Exercise instructions :: Every line from the one containing "f 482 462 461" to the one containing "f 439 438 424" in the records below, both included, must be set down exactly, and no other line.

Items listed in a dataset ::
Segment Open

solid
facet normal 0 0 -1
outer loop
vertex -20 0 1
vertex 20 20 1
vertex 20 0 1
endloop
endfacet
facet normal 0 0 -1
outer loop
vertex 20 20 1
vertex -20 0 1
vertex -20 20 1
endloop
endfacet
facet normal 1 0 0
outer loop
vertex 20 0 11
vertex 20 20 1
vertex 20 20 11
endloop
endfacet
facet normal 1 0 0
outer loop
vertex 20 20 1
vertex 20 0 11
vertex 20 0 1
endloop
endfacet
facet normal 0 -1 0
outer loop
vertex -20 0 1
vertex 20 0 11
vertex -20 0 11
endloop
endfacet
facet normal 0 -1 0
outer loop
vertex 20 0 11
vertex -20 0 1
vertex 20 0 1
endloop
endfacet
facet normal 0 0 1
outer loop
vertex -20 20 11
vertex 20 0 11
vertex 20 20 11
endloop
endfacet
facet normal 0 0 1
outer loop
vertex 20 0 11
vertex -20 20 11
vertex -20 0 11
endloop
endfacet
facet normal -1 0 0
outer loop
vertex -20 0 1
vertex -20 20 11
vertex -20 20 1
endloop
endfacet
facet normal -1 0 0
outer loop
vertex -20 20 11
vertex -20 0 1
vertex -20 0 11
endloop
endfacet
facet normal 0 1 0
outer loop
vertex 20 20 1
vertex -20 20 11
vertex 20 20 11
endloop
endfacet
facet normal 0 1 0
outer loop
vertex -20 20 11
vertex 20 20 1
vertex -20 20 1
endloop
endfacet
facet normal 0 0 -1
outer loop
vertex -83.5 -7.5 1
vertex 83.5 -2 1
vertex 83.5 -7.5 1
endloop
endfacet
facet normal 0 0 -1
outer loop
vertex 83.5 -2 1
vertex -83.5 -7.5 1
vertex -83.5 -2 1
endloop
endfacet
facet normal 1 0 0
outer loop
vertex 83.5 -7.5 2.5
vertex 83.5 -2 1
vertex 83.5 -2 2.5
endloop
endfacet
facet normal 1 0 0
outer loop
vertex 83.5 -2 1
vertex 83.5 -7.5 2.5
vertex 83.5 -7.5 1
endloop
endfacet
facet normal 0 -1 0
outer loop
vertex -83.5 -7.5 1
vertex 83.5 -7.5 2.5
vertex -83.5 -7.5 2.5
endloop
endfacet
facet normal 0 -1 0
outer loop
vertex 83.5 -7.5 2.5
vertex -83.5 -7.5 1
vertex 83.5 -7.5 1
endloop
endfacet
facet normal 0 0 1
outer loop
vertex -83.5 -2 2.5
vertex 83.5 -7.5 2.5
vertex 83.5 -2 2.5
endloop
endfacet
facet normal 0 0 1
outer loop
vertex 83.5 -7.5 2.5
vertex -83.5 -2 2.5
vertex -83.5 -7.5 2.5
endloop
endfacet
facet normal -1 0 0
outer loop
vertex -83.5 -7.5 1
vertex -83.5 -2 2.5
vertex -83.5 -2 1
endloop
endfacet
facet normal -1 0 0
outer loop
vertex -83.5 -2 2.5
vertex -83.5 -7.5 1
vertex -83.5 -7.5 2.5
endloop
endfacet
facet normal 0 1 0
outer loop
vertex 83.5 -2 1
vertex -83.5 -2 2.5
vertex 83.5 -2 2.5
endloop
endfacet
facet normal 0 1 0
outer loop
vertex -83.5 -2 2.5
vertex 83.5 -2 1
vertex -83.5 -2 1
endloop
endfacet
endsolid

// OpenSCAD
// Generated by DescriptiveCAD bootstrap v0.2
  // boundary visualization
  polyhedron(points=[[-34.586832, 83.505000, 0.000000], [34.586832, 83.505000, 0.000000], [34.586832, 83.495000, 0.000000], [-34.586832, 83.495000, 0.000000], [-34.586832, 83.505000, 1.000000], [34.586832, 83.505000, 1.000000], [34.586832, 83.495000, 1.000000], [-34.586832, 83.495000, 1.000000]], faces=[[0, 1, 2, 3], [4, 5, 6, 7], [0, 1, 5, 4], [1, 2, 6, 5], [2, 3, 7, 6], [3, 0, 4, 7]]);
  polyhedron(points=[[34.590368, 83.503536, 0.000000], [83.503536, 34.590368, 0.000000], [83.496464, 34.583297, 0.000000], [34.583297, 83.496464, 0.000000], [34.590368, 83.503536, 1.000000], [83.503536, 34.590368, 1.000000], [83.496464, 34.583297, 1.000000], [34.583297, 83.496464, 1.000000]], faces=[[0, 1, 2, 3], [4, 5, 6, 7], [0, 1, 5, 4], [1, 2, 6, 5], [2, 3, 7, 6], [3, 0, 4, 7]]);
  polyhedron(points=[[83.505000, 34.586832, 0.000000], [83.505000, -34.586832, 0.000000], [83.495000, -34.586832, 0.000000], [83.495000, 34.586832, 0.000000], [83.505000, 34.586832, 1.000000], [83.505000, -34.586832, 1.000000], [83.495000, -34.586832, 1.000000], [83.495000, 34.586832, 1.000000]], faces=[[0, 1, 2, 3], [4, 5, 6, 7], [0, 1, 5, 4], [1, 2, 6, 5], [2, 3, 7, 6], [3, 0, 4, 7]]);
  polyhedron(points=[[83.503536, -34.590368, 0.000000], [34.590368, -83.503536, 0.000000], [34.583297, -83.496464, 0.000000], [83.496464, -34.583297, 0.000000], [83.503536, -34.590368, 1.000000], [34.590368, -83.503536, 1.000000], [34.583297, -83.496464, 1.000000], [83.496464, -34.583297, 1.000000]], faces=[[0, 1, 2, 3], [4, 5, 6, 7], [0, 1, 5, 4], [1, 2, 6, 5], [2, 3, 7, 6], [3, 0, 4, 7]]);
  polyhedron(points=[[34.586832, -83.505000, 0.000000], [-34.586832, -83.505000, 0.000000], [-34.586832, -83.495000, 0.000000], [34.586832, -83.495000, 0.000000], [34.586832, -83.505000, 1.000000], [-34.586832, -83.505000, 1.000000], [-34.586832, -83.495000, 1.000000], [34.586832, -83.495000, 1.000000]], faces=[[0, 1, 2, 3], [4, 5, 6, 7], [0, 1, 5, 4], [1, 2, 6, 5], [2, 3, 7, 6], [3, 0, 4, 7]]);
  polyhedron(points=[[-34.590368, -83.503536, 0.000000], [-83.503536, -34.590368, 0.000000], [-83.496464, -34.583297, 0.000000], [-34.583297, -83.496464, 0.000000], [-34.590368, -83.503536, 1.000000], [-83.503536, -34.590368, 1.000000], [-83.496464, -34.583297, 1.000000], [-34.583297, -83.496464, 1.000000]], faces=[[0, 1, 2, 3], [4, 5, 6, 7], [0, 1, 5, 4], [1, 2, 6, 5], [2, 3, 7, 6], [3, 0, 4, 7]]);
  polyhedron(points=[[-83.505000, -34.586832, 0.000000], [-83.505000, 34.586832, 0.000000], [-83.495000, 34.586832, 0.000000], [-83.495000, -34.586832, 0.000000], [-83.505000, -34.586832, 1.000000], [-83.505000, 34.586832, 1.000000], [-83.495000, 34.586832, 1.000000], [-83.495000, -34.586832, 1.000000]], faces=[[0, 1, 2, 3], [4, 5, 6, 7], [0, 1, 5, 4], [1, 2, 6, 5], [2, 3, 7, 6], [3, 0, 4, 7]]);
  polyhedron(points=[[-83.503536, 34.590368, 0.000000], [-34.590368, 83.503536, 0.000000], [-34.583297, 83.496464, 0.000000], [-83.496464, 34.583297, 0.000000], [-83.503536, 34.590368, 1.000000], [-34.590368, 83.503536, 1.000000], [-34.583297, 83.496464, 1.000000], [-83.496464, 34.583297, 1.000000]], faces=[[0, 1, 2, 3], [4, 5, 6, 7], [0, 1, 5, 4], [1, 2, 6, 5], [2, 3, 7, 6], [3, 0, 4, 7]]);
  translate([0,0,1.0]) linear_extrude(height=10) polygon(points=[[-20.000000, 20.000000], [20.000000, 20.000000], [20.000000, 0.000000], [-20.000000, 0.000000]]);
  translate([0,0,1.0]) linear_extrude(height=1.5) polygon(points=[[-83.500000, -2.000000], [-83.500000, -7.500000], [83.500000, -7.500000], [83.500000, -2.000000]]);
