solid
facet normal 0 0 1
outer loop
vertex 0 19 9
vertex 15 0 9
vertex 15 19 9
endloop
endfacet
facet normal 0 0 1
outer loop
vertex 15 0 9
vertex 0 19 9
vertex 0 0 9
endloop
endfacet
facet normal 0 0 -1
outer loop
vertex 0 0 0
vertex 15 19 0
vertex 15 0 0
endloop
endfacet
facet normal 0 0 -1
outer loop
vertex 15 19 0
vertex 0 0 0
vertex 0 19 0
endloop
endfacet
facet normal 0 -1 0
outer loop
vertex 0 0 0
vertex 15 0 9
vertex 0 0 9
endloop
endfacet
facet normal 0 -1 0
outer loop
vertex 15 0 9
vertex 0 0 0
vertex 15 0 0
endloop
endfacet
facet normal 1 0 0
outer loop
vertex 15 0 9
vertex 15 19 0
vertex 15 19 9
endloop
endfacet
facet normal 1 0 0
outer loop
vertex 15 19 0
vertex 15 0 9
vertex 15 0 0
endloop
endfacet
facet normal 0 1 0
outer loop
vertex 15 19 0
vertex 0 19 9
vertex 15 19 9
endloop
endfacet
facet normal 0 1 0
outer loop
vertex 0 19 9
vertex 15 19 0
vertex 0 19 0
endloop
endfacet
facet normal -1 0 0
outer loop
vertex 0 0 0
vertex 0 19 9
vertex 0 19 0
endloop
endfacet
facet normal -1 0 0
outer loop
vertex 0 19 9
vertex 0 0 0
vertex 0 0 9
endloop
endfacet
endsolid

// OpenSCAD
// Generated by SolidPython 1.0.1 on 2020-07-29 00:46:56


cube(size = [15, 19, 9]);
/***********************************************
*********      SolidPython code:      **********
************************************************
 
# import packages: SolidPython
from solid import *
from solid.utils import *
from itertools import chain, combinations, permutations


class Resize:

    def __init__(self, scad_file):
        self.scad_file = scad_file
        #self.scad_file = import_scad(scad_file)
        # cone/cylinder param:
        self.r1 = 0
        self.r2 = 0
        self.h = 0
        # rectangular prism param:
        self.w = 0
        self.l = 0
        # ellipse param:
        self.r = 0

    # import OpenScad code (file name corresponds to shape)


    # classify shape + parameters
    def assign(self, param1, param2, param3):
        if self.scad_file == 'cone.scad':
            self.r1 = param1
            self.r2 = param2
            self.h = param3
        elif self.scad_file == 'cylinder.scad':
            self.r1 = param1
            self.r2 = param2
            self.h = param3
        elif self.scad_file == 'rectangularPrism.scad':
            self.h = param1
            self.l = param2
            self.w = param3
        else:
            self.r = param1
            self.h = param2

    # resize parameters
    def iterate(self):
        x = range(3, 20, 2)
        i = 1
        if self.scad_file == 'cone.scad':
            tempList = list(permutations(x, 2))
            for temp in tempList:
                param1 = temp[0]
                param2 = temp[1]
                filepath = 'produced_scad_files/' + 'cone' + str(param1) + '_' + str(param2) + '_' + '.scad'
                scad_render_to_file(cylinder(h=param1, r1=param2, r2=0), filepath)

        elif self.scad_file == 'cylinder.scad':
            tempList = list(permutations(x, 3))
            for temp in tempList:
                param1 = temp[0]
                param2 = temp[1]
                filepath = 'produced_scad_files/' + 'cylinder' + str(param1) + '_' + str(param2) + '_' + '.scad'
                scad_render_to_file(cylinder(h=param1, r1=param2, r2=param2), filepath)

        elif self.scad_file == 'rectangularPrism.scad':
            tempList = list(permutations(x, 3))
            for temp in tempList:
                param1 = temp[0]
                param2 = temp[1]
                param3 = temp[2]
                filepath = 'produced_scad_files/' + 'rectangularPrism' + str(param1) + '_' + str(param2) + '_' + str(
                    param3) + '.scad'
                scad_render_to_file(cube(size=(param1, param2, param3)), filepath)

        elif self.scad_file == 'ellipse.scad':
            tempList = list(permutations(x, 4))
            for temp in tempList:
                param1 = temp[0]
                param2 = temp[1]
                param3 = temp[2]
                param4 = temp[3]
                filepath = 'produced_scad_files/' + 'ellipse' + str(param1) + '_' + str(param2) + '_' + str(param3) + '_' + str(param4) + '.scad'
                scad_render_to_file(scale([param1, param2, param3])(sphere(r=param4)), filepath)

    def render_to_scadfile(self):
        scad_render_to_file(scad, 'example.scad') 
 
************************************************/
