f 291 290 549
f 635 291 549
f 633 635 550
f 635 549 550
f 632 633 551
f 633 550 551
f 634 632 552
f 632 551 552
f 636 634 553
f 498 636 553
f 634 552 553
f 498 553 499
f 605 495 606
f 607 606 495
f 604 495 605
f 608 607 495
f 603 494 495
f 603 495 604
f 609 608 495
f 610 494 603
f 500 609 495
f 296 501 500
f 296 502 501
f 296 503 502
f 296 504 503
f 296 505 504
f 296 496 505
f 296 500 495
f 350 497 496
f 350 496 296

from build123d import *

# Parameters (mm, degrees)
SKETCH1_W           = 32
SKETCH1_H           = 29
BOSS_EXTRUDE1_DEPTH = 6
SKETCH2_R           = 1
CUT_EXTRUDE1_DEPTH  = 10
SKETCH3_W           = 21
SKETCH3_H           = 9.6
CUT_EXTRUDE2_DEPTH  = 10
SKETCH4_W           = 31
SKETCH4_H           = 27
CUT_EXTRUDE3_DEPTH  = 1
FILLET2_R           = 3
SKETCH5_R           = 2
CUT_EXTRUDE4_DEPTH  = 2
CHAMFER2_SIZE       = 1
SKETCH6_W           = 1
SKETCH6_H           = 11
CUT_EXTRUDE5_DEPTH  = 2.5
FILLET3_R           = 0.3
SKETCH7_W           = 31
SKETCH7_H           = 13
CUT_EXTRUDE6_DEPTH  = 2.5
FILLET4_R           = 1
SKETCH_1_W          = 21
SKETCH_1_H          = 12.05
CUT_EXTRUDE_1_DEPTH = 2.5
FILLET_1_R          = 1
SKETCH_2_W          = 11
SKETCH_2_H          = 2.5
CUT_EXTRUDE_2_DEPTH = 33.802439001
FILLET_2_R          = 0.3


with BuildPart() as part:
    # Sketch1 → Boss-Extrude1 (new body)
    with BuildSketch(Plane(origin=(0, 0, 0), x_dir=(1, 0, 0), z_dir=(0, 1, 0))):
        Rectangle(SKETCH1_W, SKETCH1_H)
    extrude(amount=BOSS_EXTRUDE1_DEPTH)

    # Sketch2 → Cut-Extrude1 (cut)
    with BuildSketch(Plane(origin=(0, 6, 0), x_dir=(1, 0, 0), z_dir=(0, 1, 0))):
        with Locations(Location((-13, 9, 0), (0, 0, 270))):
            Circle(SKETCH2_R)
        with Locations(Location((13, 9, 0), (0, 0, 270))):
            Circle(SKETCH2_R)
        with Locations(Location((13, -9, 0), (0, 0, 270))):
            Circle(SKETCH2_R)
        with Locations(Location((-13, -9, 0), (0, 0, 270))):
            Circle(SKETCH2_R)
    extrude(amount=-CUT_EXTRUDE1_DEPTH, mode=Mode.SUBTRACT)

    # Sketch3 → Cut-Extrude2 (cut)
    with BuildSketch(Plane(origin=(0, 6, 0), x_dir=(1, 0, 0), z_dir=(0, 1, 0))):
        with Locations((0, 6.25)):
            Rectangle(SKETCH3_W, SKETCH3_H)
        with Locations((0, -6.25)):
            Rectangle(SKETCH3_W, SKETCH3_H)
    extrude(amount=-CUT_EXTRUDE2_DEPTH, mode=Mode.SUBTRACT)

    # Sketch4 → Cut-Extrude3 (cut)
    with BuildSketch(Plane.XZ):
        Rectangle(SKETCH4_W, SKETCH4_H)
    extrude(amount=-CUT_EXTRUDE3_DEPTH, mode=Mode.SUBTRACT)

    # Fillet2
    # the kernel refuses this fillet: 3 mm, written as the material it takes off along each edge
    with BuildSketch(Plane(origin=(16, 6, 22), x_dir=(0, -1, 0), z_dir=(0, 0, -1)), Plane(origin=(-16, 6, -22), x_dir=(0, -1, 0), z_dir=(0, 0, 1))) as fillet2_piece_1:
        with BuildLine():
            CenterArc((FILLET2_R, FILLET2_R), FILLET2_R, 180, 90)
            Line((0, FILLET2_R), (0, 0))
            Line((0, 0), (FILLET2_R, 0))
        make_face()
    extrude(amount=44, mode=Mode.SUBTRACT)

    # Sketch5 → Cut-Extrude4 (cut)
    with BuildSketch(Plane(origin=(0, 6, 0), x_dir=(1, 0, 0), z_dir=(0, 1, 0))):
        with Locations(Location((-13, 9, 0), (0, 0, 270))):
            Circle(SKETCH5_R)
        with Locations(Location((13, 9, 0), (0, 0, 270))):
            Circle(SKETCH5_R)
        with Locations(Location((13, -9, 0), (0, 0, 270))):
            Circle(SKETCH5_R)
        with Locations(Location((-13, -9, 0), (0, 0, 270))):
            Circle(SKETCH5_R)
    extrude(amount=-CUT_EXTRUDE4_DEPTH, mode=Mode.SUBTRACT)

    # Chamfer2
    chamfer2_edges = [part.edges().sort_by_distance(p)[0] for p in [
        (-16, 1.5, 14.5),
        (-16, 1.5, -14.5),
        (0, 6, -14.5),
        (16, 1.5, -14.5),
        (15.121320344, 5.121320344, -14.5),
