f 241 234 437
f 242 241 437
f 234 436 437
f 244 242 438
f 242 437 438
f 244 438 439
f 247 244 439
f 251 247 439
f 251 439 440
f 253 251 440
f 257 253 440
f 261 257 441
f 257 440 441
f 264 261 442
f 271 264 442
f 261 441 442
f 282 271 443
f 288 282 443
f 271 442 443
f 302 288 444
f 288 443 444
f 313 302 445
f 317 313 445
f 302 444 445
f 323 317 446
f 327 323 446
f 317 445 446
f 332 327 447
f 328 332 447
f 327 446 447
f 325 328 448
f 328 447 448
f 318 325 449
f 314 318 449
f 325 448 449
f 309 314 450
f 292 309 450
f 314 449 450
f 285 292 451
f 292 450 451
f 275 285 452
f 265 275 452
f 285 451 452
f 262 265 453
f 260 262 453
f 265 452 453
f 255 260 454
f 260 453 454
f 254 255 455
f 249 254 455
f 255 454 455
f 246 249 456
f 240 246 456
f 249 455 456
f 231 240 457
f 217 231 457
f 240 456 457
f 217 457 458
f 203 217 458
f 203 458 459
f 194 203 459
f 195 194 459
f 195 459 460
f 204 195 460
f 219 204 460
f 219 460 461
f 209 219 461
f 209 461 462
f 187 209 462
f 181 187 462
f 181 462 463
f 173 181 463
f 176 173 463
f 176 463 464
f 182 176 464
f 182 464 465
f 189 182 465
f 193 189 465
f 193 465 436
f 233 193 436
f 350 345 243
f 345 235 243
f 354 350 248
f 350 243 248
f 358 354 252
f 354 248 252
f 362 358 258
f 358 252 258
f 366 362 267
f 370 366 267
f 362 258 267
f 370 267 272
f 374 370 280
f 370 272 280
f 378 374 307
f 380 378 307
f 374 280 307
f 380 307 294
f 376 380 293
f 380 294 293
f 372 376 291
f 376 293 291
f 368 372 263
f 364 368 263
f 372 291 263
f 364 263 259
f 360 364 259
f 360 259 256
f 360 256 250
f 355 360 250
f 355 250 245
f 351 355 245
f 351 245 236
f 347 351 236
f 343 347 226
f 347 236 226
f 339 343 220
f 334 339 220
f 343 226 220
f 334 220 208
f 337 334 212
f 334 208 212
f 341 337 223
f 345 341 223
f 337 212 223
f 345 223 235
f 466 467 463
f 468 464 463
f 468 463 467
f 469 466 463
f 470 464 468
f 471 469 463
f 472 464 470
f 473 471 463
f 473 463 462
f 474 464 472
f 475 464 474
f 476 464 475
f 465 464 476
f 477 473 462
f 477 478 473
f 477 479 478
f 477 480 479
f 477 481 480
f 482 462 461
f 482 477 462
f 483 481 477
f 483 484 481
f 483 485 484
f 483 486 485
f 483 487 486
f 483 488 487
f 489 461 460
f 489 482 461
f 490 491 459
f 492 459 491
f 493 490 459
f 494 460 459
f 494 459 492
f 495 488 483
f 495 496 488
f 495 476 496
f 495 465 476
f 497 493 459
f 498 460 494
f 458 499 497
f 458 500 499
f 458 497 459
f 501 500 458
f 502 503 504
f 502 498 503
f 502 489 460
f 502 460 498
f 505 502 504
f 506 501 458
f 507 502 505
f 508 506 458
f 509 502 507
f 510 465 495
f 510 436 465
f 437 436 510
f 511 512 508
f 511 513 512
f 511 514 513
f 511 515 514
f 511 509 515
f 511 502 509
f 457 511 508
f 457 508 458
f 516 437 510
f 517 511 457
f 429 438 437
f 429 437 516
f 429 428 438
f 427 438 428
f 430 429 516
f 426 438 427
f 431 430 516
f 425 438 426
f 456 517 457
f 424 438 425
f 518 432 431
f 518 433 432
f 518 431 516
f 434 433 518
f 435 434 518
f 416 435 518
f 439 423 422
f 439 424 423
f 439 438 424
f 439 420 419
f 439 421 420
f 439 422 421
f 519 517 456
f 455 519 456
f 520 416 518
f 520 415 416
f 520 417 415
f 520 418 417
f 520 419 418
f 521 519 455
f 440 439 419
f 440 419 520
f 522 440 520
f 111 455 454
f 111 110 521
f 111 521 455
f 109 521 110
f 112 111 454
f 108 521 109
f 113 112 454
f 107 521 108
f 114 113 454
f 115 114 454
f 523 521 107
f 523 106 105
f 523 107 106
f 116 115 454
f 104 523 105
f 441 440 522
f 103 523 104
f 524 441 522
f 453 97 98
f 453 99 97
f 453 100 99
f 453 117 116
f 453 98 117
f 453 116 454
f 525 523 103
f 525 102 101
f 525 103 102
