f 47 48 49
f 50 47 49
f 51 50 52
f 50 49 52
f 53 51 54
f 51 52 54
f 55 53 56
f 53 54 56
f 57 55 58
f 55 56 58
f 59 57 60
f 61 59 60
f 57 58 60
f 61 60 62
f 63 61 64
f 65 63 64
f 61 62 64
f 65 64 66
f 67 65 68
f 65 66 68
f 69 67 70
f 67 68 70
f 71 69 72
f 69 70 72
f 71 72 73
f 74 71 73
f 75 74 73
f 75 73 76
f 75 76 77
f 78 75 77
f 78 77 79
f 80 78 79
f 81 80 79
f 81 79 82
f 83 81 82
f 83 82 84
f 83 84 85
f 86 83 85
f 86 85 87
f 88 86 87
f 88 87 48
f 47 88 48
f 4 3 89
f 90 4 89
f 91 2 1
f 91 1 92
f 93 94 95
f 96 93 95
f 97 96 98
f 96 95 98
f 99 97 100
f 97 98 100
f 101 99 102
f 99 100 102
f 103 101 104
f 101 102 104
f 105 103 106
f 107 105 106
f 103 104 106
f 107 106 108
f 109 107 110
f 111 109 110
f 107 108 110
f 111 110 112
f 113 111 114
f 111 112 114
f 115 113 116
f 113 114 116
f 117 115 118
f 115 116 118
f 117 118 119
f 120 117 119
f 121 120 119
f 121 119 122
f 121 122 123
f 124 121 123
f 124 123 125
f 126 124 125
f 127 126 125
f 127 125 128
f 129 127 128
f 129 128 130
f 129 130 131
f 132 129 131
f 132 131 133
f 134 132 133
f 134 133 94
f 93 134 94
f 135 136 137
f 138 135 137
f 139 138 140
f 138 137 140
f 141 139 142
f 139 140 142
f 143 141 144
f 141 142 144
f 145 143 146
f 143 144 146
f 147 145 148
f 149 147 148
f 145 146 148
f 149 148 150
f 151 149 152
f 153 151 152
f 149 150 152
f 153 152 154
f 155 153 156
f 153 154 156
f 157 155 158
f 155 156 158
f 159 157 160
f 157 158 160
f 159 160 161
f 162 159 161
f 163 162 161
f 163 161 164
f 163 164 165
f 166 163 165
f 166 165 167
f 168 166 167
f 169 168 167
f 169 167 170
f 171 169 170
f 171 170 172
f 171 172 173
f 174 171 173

Segment Closed

Answer space ::
f 482 462 461
f 482 477 462
f 483 481 477
f 483 484 481
f 483 485 484
f 483 486 485
f 483 487 486
f 483 488 487
f 489 461 460
f 489 482 461
f 490 491 459
f 492 459 491
f 493 490 459
f 494 460 459
f 494 459 492
f 495 488 483
f 495 496 488
f 495 476 496
f 495 465 476
f 497 493 459
f 498 460 494
f 458 499 497
f 458 500 499
f 458 497 459
f 501 500 458
f 502 503 504
f 502 498 503
f 502 489 460
f 502 460 498
f 505 502 504
f 506 501 458
f 507 502 505
f 508 506 458
f 509 502 507
f 510 465 495
f 510 436 465
f 437 436 510
f 511 512 508
f 511 513 512
f 511 514 513
f 511 515 514
f 511 509 515
f 511 502 509
f 457 511 508
f 457 508 458
f 516 437 510
f 517 511 457
f 429 438 437
f 429 437 516
f 429 428 438
f 427 438 428
f 430 429 516
f 426 438 427
f 431 430 516
f 425 438 426
f 456 517 457
f 424 438 425
f 518 432 431
f 518 433 432
f 518 431 516
f 434 433 518
f 435 434 518
f 416 435 518
f 439 423 422
f 439 424 423
f 439 438 424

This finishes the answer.